**PROBLEM DESCRIPTION:** Give again, word for word, every line in the entries below from the line with "Line((9, -4.358898944), (67.607263372, -4.358898944))" up to and including the line with "# 草图8 → 凸台-拉伸4 (add)", and no other line.

**DATA SUPPLIED:**

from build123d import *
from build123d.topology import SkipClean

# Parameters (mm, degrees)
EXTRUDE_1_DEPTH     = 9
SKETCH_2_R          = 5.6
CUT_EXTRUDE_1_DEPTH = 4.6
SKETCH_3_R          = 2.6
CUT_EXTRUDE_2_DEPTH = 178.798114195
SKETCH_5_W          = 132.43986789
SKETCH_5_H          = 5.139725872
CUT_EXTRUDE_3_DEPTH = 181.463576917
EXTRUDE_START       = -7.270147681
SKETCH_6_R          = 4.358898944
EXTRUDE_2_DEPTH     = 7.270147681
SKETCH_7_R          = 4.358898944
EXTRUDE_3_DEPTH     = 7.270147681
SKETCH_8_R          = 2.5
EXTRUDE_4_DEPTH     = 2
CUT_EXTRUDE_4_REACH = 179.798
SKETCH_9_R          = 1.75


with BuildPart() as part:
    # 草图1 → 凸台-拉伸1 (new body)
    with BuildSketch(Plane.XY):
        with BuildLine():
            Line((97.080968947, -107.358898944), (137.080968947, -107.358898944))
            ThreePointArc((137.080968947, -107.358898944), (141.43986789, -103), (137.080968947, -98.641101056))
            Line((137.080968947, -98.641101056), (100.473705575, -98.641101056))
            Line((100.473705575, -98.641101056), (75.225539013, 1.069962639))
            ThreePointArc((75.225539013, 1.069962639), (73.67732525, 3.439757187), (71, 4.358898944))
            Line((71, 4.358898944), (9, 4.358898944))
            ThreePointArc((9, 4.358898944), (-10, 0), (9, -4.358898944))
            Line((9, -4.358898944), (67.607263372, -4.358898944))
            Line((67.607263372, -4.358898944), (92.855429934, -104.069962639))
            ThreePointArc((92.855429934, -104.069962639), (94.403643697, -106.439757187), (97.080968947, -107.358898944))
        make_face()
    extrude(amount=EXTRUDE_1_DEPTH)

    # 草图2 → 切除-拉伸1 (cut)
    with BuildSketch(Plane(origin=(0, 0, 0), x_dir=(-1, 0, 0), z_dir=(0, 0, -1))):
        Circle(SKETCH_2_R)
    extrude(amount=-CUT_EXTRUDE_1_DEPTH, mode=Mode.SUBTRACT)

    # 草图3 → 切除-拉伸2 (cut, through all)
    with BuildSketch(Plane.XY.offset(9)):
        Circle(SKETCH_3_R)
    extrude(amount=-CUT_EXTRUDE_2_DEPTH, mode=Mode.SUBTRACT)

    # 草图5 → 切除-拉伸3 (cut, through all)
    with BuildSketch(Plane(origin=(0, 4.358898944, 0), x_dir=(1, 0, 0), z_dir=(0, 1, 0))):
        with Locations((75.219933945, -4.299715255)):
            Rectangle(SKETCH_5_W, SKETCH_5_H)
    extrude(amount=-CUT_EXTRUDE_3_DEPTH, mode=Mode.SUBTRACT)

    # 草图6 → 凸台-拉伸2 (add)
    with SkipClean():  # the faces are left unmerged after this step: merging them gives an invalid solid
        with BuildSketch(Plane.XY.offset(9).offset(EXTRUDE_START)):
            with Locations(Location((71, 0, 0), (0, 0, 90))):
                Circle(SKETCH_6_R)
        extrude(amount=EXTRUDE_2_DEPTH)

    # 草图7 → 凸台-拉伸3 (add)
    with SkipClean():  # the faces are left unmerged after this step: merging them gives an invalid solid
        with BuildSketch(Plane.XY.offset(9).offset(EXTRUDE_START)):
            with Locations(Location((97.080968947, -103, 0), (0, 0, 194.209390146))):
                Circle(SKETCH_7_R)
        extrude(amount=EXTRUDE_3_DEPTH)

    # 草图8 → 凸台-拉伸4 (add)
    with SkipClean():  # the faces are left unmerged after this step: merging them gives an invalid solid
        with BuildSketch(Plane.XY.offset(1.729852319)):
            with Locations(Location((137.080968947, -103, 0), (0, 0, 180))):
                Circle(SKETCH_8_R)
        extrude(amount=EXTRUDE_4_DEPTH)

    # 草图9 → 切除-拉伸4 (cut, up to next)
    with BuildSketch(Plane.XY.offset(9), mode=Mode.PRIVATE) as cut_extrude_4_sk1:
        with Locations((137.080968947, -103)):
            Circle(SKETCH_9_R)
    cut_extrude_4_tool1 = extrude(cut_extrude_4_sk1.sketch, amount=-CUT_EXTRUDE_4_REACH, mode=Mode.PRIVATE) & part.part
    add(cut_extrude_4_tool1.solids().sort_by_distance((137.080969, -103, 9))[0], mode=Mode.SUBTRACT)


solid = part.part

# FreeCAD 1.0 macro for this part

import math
import FreeCAD as App
import Part
import Sketcher
from FreeCAD import Vector


def add_polygon(sketch, points):
    """Adds a closed chain of lines whose ends are joined by coincident constraints."""
    first, n = sketch.GeometryCount, len(points)
    for a, b in zip(points, points[1:] + points[:1]):
        sketch.addGeometry(Part.LineSegment(App.Vector(*a, 0), App.Vector(*b, 0)), False)
    for i in range(n):
        sketch.addConstraint(Sketcher.Constraint("Coincident", first + i, 2, first + (i + 1) % n, 1))

doc = App.newDocument("Part")
body = doc.addObject("PartDesign::Body", "Body")

sketch1 = body.newObject("Sketcher::SketchObject", "Sketch")
sketch1.AttachmentSupport = (doc.getObject("XY_Plane"), [""])
sketch1.MapMode = "FlatFace"
sketch1.addGeometry(Part.LineSegment(Vector(97.1, -107.4, 0), Vector(137.1, -107.4, 0)), False)
sketch1.addGeometry(Part.ArcOfCircle(Part.Circle(Vector(137.1, -103, 0), Vector(0, 0, 1), 4.4), math.radians(-90), math.radians(90)), False)
sketch1.addGeometry(Part.LineSegment(Vector(137.1, -98.6, 0), Vector(100.5, -98.6, 0)), False)
sketch1.addGeometry(Part.LineSegment(Vector(100.5, -98.6, 0), Vector(75.2, 1.1, 0)), False)
sketch1.addGeometry(Part.ArcOfCircle(Part.Circle(Vector(71, 0, 0), Vector(0, 0, 1), 4.4), math.radians(14), math.radians(90)), False)
sketch1.addGeometry(Part.LineSegment(Vector(71, 4.4, 0), Vector(9, 4.4, 0)), False)
sketch1.addGeometry(Part.ArcOfCircle(Part.Circle(Vector(0, 0, 0), Vector(0, 0, 1), 10), math.radians(26), math.radians(334)), False)
sketch1.addGeometry(Part.LineSegment(Vector(9, -4.4, 0), Vector(67.6, -4.4, 0)), False)
sketch1.addGeometry(Part.LineSegment(Vector(67.6, -4.4, 0), Vector(92.9, -104.1, 0)), False)
sketch1.addGeometry(Part.ArcOfCircle(Part.Circle(Vector(97.1, -103, 0), Vector(0, 0, 1), 4.4), math.radians(-166), math.radians(-90)), False)
sketch1.addConstraint(Sketcher.Constraint("Tangent", 0, 2, 1, 1))
sketch1.addConstraint(Sketcher.Constraint("Tangent", 1, 2, 2, 1))
sketch1.addConstraint(Sketcher.Constraint("Coincident", 2, 2, 3, 1))
sketch1.addConstraint(Sketcher.Constraint("Tangent", 3, 2, 4, 1))
sketch1.addConstraint(Sketcher.Constraint("Tangent", 4, 2, 5, 1))
sketch1.addConstraint(Sketcher.Constraint("Coincident", 5, 2, 6, 1))
sketch1.addConstraint(Sketcher.Constraint("Coincident", 6, 2, 7, 1))
sketch1.addConstraint(Sketcher.Constraint("Coincident", 7, 2, 8, 1))
sketch1.addConstraint(Sketcher.Constraint("Tangent", 8, 2, 9, 1))
sketch1.addConstraint(Sketcher.Constraint("Tangent", 9, 2, 0, 1))
sketch1.addConstraint(Sketcher.Constraint("Horizontal", 0))
sketch1.addConstraint(Sketcher.Constraint("Horizontal", 2))
sketch1.addConstraint(Sketcher.Constraint("Horizontal", 5))
sketch1.addConstraint(Sketcher.Constraint("Horizontal", 7))
sketch1.addConstraint(Sketcher.Constraint("Coincident", 6, 3, -1, 1))
sketch1.addConstraint(Sketcher.Constraint("Equal", 1, 4))
sketch1.addConstraint(Sketcher.Constraint("Equal", 4, 9))
sketch1.addConstraint(Sketcher.Constraint("PointOnObject", 4, 3, -1))
sketch1.addConstraint(Sketcher.Constraint("Parallel", 3, 8))
sketch1.addConstraint(Sketcher.Constraint("Vertical", 5, 2, 6, 2))
sketch1.addConstraint(Sketcher.Constraint("Radius", 6, 10.0))
sketch1.addConstraint(Sketcher.Constraint("DistanceX", 0, 1, 0, 2, 40.0))
sketch1.addConstraint(Sketcher.Constraint("DistanceX", 5, 2, 5, 1, 62.0))
sketch1.addConstraint(Sketcher.Constraint("DistanceY", 1, 3, -1, 1, 103.0))
sketch1.addConstraint(Sketcher.Constraint("DistanceX", -1, 1, 4, 3, 71.0))
sketch1.addConstraint(Sketcher.Constraint("Distance", 3, 102.85799))
sketch1.addConstraint(Sketcher.Constraint("DistanceX", 2, 2, 2, 1, 36.607263))
pad1 = body.newObject("PartDesign::Pad", "Pad")
pad1.Profile = sketch1
pad1.Length = 9

sketch2 = body.newObject("Sketcher::SketchObject", "Sketch001")
sketch2.AttachmentSupport = (doc.getObject("XY_Plane"), [""])
sketch2.MapMode = "FlatFace"
sketch2.addGeometry(Part.Circle(Vector(0, 0, 0), Vector(0, 0, 1), 6), False)
sketch2.addConstraint(Sketcher.Constraint("Coincident", 0, 3, -1, 1))
sketch2.addConstraint(Sketcher.Constraint("Diameter", 0, 11.2))
pocket1 = body.newObject("PartDesign::Pocket", "Pocket")
pocket1.Profile = sketch2
pocket1.Length = 4.6
pocket1.Reversed = True

sketch3 = body.newObject("Sketcher::SketchObject", "Sketch002")
sketch3.AttachmentSupport = (doc.getObject("XY_Plane"), [""])
sketch3.MapMode = "FlatFace"
sketch3.AttachmentOffset = App.Placement(Vector(0, 0, 9), App.Rotation())
sketch3.addGeometry(Part.Circle(Vector(0, 0, 0), Vector(0, 0, 1), 2.6), False)
sketch3.addConstraint(Sketcher.Constraint("Coincident", 0, 3, -1, 1))
sketch3.addConstraint(Sketcher.Constraint("Diameter", 0, 5.2))
pocket2 = body.newObject("PartDesign::Pocket", "Pocket001")
pocket2.Profile = sketch3
pocket2.Type = "ThroughAll"

sketch4 = body.newObject("Sketcher::SketchObject", "Sketch003")
sketch4.AttachmentSupport = (doc.getObject("XZ_Plane"), [""])
sketch4.MapMode = "FlatFace"
sketch4.AttachmentOffset = App.Placement(Vector(0, 0, -4.358899), App.Rotation())
add_polygon(sketch4, [(9, 2), (9, 7), (141, 7), (141, 2)])
sketch4.addConstraint(Sketcher.Constraint("Vertical", 0))
sketch4.addConstraint(Sketcher.Constraint("Horizontal", 1))
sketch4.addConstraint(Sketcher.Constraint("Vertical", 2))
sketch4.addConstraint(Sketcher.Constraint("Horizontal", 3))
sketch4.addConstraint(Sketcher.Constraint("DistanceX", -1, 1, 0, 2, 9.0))
sketch4.addConstraint(Sketcher.Constraint("DistanceX", 1, 1, 1, 2, 132.439868))
sketch4.addConstraint(Sketcher.Constraint("DistanceY", 0, 1, 0, 2, 5.139726))
sketch4.addConstraint(Sketcher.Constraint("DistanceY", -1, 1, 0, 2, 6.869578))
pocket3 = body.newObject("PartDesign::Pocket", "Pocket002")
pocket3.Profile = sketch4
pocket3.Type = "ThroughAll"
pocket3.Reversed = True

sketch5 = body.newObject("Sketcher::SketchObject", "Sketch004")
sketch5.AttachmentSupport = (doc.getObject("XY_Plane"), [""])
sketch5.MapMode = "FlatFace"
sketch5.AttachmentOffset = App.Placement(Vector(0, 0, 1.729852), App.Rotation())
sketch5.addGeometry(Part.Circle(Vector(71, 0, 0), Vector(0, 0, 1), 4.4), False)
sketch5.addConstraint(Sketcher.Constraint("PointOnObject", 0, 3, -1))
sketch5.addConstraint(Sketcher.Constraint("DistanceX", -1, 1, 0, 3, 71.0))
sketch5.addConstraint(Sketcher.Constraint("Diameter", 0, 8.717798))
pad2 = body.newObject("PartDesign::Pad", "Pad001")
pad2.Profile = sketch5
pad2.Length = 7.270148

sketch6 = body.newObject("Sketcher::SketchObject", "Sketch005")
sketch6.AttachmentSupport = (doc.getObject("XY_Plane"), [""])
sketch6.MapMode = "FlatFace"
sketch6.AttachmentOffset = App.Placement(Vector(0, 0, 1.729852), App.Rotation())
sketch6.addGeometry(Part.Circle(Vector(97.1, -103, 0), Vector(0, 0, 1), 4.4), False)
sketch6.addConstraint(Sketcher.Constraint("DistanceY", 0, 3, -1, 1, 103.0))
sketch6.addConstraint(Sketcher.Constraint("Diameter", 0, 8.717798))
sketch6.addConstraint(Sketcher.Constraint("DistanceX", -1, 1, 0, 3, 97.080969))
pad3 = body.newObject("PartDesign::Pad", "Pad002")
pad3.Profile = sketch6
pad3.Length = 7.270148

sketch7 = body.newObject("Sketcher::SketchObject", "Sketch006")
sketch7.AttachmentSupport = (doc.getObject("XY_Plane"), [""])
sketch7.MapMode = "FlatFace"
sketch7.AttachmentOffset = App.Placement(Vector(0, 0, 1.729852), App.Rotation())
sketch7.addGeometry(Part.Circle(Vector(137.1, -103, 0), Vector(0, 0, 1), 2.5), False)
sketch7.addConstraint(Sketcher.Constraint("Diameter", 0, 5.0))
sketch7.addConstraint(Sketcher.Constraint("DistanceY", 0, 3, -1, 1, 103.0))
sketch7.addConstraint(Sketcher.Constraint("DistanceX", -1, 1, 0, 3, 137.080969))
pad4 = body.newObject("PartDesign::Pad", "Pad003")
pad4.Profile = sketch7
pad4.Length = 2

sketch8 = body.newObject("Sketcher::SketchObject", "Sketch007")
sketch8.AttachmentSupport = (doc.getObject("XY_Plane"), [""])
sketch8.MapMode = "FlatFace"
sketch8.AttachmentOffset = App.Placement(Vector(0, 0, 9), App.Rotation())
sketch8.addGeometry(Part.Circle(Vector(137.1, -103, 0), Vector(0, 0, 1), 1.8), False)
sketch8.addConstraint(Sketcher.Constraint("Diameter", 0, 3.5))
sketch8.addConstraint(Sketcher.Constraint("DistanceY", 0, 3, -1, 1, 103.0))
sketch8.addConstraint(Sketcher.Constraint("DistanceX", -1, 1, 0, 3, 137.080969))
pocket4 = body.newObject("PartDesign::Pocket", "Pocket003")
pocket4.Profile = sketch8
pocket4.Type = "UpToFirst"

doc.recompute()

**SOLVED PROBLEM:**
            Line((9, -4.358898944), (67.607263372, -4.358898944))
            Line((67.607263372, -4.358898944), (92.855429934, -104.069962639))
            ThreePointArc((92.855429934, -104.069962639), (94.403643697, -106.439757187), (97.080968947, -107.358898944))
        make_face()
    extrude(amount=EXTRUDE_1_DEPTH)

    # 草图2 → 切除-拉伸1 (cut)
    with BuildSketch(Plane(origin=(0, 0, 0), x_dir=(-1, 0, 0), z_dir=(0, 0, -1))):
        Circle(SKETCH_2_R)
    extrude(amount=-CUT_EXTRUDE_1_DEPTH, mode=Mode.SUBTRACT)

    # 草图3 → 切除-拉伸2 (cut, through all)
    with BuildSketch(Plane.XY.offset(9)):
        Circle(SKETCH_3_R)
    extrude(amount=-CUT_EXTRUDE_2_DEPTH, mode=Mode.SUBTRACT)

    # 草图5 → 切除-拉伸3 (cut, through all)
    with BuildSketch(Plane(origin=(0, 4.358898944, 0), x_dir=(1, 0, 0), z_dir=(0, 1, 0))):
        with Locations((75.219933945, -4.299715255)):
            Rectangle(SKETCH_5_W, SKETCH_5_H)
    extrude(amount=-CUT_EXTRUDE_3_DEPTH, mode=Mode.SUBTRACT)

    # 草图6 → 凸台-拉伸2 (add)
    with SkipClean():  # the faces are left unmerged after this step: merging them gives an invalid solid
        with BuildSketch(Plane.XY.offset(9).offset(EXTRUDE_START)):
            with Locations(Location((71, 0, 0), (0, 0, 90))):
                Circle(SKETCH_6_R)
        extrude(amount=EXTRUDE_2_DEPTH)

    # 草图7 → 凸台-拉伸3 (add)
    with SkipClean():  # the faces are left unmerged after this step: merging them gives an invalid solid
        with BuildSketch(Plane.XY.offset(9).offset(EXTRUDE_START)):
            with Locations(Location((97.080968947, -103, 0), (0, 0, 194.209390146))):
                Circle(SKETCH_7_R)
        extrude(amount=EXTRUDE_3_DEPTH)

    # 草图8 → 凸台-拉伸4 (add)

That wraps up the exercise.